* [WORK REQUIRED]
Lines to restate from the data below: from the one containing "f 288 477 476" to the one containing "f 261 262 451", both included. Give them again exactly, and only them.

* [RAW DATA]
___

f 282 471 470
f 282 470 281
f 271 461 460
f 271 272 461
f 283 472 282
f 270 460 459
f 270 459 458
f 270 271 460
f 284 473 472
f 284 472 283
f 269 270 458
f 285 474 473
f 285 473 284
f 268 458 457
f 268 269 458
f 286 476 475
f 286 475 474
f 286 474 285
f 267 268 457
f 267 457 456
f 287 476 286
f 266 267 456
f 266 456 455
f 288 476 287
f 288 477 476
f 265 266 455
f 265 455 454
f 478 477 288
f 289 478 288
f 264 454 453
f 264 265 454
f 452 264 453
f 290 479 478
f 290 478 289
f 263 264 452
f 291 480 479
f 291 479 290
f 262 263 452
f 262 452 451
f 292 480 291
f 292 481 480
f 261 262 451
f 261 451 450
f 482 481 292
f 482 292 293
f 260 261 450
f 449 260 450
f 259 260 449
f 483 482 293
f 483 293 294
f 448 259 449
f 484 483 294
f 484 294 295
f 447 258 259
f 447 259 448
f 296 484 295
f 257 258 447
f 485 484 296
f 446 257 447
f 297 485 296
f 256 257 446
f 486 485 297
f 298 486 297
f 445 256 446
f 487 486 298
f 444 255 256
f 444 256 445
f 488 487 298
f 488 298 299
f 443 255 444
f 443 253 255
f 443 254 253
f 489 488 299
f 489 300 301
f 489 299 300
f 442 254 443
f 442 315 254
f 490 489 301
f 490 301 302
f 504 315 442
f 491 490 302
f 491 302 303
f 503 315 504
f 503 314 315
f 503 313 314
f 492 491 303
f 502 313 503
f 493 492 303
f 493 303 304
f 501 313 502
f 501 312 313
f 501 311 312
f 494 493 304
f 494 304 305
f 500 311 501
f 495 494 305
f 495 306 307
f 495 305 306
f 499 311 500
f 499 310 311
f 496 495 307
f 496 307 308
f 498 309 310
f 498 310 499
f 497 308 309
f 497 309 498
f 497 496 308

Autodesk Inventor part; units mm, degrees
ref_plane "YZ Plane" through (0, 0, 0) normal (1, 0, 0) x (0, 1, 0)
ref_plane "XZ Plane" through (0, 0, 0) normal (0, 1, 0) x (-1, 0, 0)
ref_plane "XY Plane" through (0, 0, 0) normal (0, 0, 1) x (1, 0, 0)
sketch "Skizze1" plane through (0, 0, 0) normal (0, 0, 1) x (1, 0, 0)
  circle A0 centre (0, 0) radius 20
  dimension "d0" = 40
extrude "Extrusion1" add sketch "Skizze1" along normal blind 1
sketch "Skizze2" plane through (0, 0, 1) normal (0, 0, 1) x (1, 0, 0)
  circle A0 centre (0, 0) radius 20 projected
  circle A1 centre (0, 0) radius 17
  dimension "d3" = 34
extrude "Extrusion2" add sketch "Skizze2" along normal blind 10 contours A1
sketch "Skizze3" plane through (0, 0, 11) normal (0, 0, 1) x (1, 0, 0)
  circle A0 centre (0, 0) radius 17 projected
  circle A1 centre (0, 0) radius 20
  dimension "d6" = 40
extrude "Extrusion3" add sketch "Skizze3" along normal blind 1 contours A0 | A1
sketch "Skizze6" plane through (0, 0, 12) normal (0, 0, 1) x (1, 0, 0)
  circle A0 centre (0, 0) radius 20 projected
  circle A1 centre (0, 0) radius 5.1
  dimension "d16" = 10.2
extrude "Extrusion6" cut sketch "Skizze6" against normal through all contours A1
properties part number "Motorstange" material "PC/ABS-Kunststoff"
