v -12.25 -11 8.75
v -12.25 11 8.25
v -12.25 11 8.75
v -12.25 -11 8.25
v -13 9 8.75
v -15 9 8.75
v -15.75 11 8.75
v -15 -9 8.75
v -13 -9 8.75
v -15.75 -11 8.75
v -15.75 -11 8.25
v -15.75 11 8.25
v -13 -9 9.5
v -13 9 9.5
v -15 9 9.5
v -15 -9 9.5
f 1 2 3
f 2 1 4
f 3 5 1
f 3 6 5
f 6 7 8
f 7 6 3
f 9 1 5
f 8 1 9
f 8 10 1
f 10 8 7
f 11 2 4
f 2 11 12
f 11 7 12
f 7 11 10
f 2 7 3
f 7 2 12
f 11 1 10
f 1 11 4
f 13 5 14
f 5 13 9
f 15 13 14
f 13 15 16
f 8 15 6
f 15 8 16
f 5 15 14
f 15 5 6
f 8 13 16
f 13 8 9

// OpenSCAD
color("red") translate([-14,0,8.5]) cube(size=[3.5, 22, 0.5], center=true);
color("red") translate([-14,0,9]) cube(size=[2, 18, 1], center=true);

___

* [RESPONSE TO THIS TASK]
f 288 477 476
f 265 266 455
f 265 455 454
f 478 477 288
f 289 478 288
f 264 454 453
f 264 265 454
f 452 264 453
f 290 479 478
f 290 478 289
f 263 264 452
f 291 480 479
f 291 479 290
f 262 263 452
f 262 452 451
f 292 480 291
f 292 481 480
f 261 262 451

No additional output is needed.